A lot has changed since Microsoft embraced its “New Ways of Working” model more than a decade ago. The transition to the Cloud facilitated the shift from a linear model based on licenses to one based on an ecosystem of partners and platforms. Collaboration has become even more crucial, and designing a physical workplace to support evolving new work styles is essential.
Inspired by business psychologist and author Tony Crabbe’s book, “Busy: How to Thrive in a World of Too Much,” Microsoft took up the challenge of reimagining its Amsterdam office and designing a space that offers employees and visitors a unique experience where they can touch and feel the essence of what Microsoft is about, regardless of whether they are there in person or virtually.
Today, Microsoft’s new building, developed in collaboration with the architectural firm d/dock, has become a vibrant hub for collaboration while also paying special attention to individual needs and rituals. According to Joris Haverkort, director of the Microsoft Experience Center, “Digital transformation is what’s driving our conversations with our customers. It is what we all have in common and as Microsoft we want to share how things can be done differently. For example, today you do not just work together with colleagues, but with customers and partners as well. We team up!”
Enabling digital transformation must be addressed through four lenses, says Haverkort:
- Engage your customers
- Empower your employees
- Optimize your operations
- Transform your products
Microsoft Netherlands also identified six local rituals that influenced the space design and now serve as guiding principles for employees on how to interact with each other both in the office and remotely via the right technology:
- Team up: focus on co-creation with partners and customers to maximize impact.
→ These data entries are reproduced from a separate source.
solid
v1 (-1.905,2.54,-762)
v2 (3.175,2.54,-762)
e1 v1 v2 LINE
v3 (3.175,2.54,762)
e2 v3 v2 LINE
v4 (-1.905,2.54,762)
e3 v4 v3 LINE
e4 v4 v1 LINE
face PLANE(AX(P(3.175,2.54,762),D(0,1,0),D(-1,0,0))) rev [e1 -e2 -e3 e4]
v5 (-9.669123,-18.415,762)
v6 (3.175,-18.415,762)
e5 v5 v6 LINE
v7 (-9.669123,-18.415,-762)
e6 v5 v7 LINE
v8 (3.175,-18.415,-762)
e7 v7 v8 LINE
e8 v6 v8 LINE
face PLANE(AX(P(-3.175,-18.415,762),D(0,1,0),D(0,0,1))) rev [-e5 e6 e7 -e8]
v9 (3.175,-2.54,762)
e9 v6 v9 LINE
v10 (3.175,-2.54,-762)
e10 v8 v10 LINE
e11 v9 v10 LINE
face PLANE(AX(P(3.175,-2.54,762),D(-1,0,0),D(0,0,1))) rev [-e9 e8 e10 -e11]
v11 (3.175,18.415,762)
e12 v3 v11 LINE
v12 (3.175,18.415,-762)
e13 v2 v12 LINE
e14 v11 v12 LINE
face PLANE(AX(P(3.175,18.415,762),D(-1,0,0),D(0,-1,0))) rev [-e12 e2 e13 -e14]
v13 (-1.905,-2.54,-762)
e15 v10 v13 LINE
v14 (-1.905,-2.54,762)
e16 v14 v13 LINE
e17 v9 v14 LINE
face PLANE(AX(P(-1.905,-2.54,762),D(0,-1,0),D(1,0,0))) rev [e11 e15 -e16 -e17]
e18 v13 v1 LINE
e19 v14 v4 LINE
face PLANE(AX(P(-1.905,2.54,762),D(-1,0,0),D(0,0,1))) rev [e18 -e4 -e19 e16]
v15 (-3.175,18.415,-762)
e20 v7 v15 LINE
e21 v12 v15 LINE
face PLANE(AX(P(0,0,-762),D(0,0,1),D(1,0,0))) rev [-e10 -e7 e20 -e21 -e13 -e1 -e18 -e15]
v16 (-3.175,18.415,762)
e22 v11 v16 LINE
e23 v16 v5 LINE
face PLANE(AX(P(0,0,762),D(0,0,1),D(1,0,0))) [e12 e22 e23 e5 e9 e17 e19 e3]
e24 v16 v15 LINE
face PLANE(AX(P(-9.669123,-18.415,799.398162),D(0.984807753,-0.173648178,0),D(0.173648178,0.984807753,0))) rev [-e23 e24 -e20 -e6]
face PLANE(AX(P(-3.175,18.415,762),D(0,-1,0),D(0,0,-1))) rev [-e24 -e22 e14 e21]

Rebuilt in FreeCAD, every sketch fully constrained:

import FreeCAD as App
import Part
import Sketcher
Q = App.Units.Quantity


def add_polygon(sketch, points):
    """Adds a closed chain of lines whose ends are joined by coincident constraints."""
    first, n = sketch.GeometryCount, len(points)
    for a, b in zip(points, points[1:] + points[:1]):
        sketch.addGeometry(Part.LineSegment(App.Vector(*a, 0), App.Vector(*b, 0)), False)
    for i in range(n):
        sketch.addConstraint(Sketcher.Constraint("Coincident", first + i, 2, first + (i + 1) % n, 1))

doc = App.newDocument("Part")
body = doc.addObject("PartDesign::Body", "Body")

# Sketch on XY plane
sketch1 = body.newObject("Sketcher::SketchObject", "Sketch")
sketch1.AttachmentSupport = (doc.getObject("XY_Plane"), [""])
sketch1.MapMode = "FlatFace"
add_polygon(sketch1, [(-1.905, 2.54), (3.175, 2.54), (3.175, 18.415), (-3.175, 18.415), (-3.175, -18.415), (3.175, -18.415), (3.175, -2.54), (-1.905, -2.54)])  # lines 0-7
sketch1.addConstraint(Sketcher.Constraint("Horizontal", 0))
sketch1.addConstraint(Sketcher.Constraint("Vertical", 1))
sketch1.addConstraint(Sketcher.Constraint("Horizontal", 2))
sketch1.addConstraint(Sketcher.Constraint("Vertical", 3))
sketch1.addConstraint(Sketcher.Constraint("Horizontal", 4))
sketch1.addConstraint(Sketcher.Constraint("Vertical", 5))
sketch1.addConstraint(Sketcher.Constraint("Horizontal", 6))
sketch1.addConstraint(Sketcher.Constraint("Vertical", 7))
sketch1.addConstraint(Sketcher.Constraint("Symmetric", 1, 2, 3, 2, -1, 1))
sketch1.addConstraint(Sketcher.Constraint("Symmetric", 0, 2, 5, 2, -1))
sketch1.addConstraint(Sketcher.Constraint("Equal", 6, 7))
sketch1.addConstraint(Sketcher.Constraint("DistanceX", 0, 1, 0, 2, Q("0.2 in")))
sketch1.addConstraint(Sketcher.Constraint("DistanceX", 2, 2, 2, 1, Q("0.25 in")))
sketch1.addConstraint(Sketcher.Constraint("DistanceY", 3, 2, 3, 1, Q("1.45 in")))
pad1 = body.newObject("PartDesign::Pad", "Pad")
pad1.Profile = sketch1
pad1.Length = Q("60 in")
pad1.Midplane = True

# Sketch on XY plane
sketch2 = body.newObject("Sketcher::SketchObject", "Sketch001")
sketch2.AttachmentSupport = (doc.getObject("XY_Plane"), [""])
sketch2.MapMode = "FlatFace"
sketch2.AttachmentOffset = App.Placement(App.Vector(0, 0, -30 * 25.4), App.Rotation())
add_polygon(sketch2, [(-3.175, -18.415), (-3.175, 18.415), (-9.669123, -18.415)])  # lines 0-2
sketch2.addConstraint(Sketcher.Constraint("Vertical", 0))
sketch2.addConstraint(Sketcher.Constraint("Horizontal", 2))
sketch2.addConstraint(Sketcher.Constraint("Angle", 1, Q("-100 deg")))
sketch2.addConstraint(Sketcher.Constraint("DistanceY", 0, 1, 0, 2, Q("1.45 in")))
sketch2.addConstraint(Sketcher.Constraint("DistanceX", 0, 2, -1, 1, Q("0.125 in")))
sketch2.addConstraint(Sketcher.Constraint("DistanceY", -1, 1, 0, 2, Q("0.725 in")))
pad2 = body.newObject("PartDesign::Pad", "Pad001")
pad2.Profile = sketch2
pad2.Length = Q("60 in")

doc.recompute()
- Be open to everyone, while protecting confidential information.
- Make conscious choices about what needs to be done and with whom within the network; choose the most appropriate location, technology and ritual that can support what needs to be achieved.
- Contribute to the team engagement by being on time, being focused and actively participating in the conversation.
- Respect focus time.
- Allow time to refresh, take breaks, schedule 25 or 45 minute meetings and look after mental health.
The combination of these six rituals is what truly allows the team to make hybrid work successful, says Haverkort.
“Being successful and being able to innovate means we have to look at how we aspire to work, collaborate and refresh,” says Haverkort. “New habits and refreshment of old habits will guide us to work smarter and enhance the creativity and serendipity needed today to add value tomorrow. That is why we wanted to be thoughtful and make conscious decisions on what kinds of spaces we created to support the different activities that would take place here. As a result, the Café functions as a central revolving place, a beating heart around which are located purposeful individual spaces for focus, silence and ‘conscious log off,’ collaboration spaces for teamwork and social spaces for “meet and greets.”
More than 70% of the space is allocated to customers and partners — the remainder to employees. “We envision the entire space as a customer hub with the purpose of showcasing the Microsoft vision. Here we don’t talk about the modern way of work anymore, but rather the way of teamwork, including our external partners in our co-creation process. That’s why solutions like the Steelcase Flex Collection, combined with Microsoft Teams and Microsoft Surface Hub provide for us an appropriate setting for collaboration and innovation to happen,” says Haverkort.
And now, in a post-Covid world?
“The pandemic gave us the confirmation that we got it right,” says Haverkort. “Our employees and visitors can come back as soon as it is allowed, without any major shift to our space. The workplace is and will remain primarily a social destination, able to foster collaboration and co-creation. Maybe for individual and focused work other places will be more suitable, but when it comes to collaboration there is a limit to what one could achieve online. We need to come back to the office.”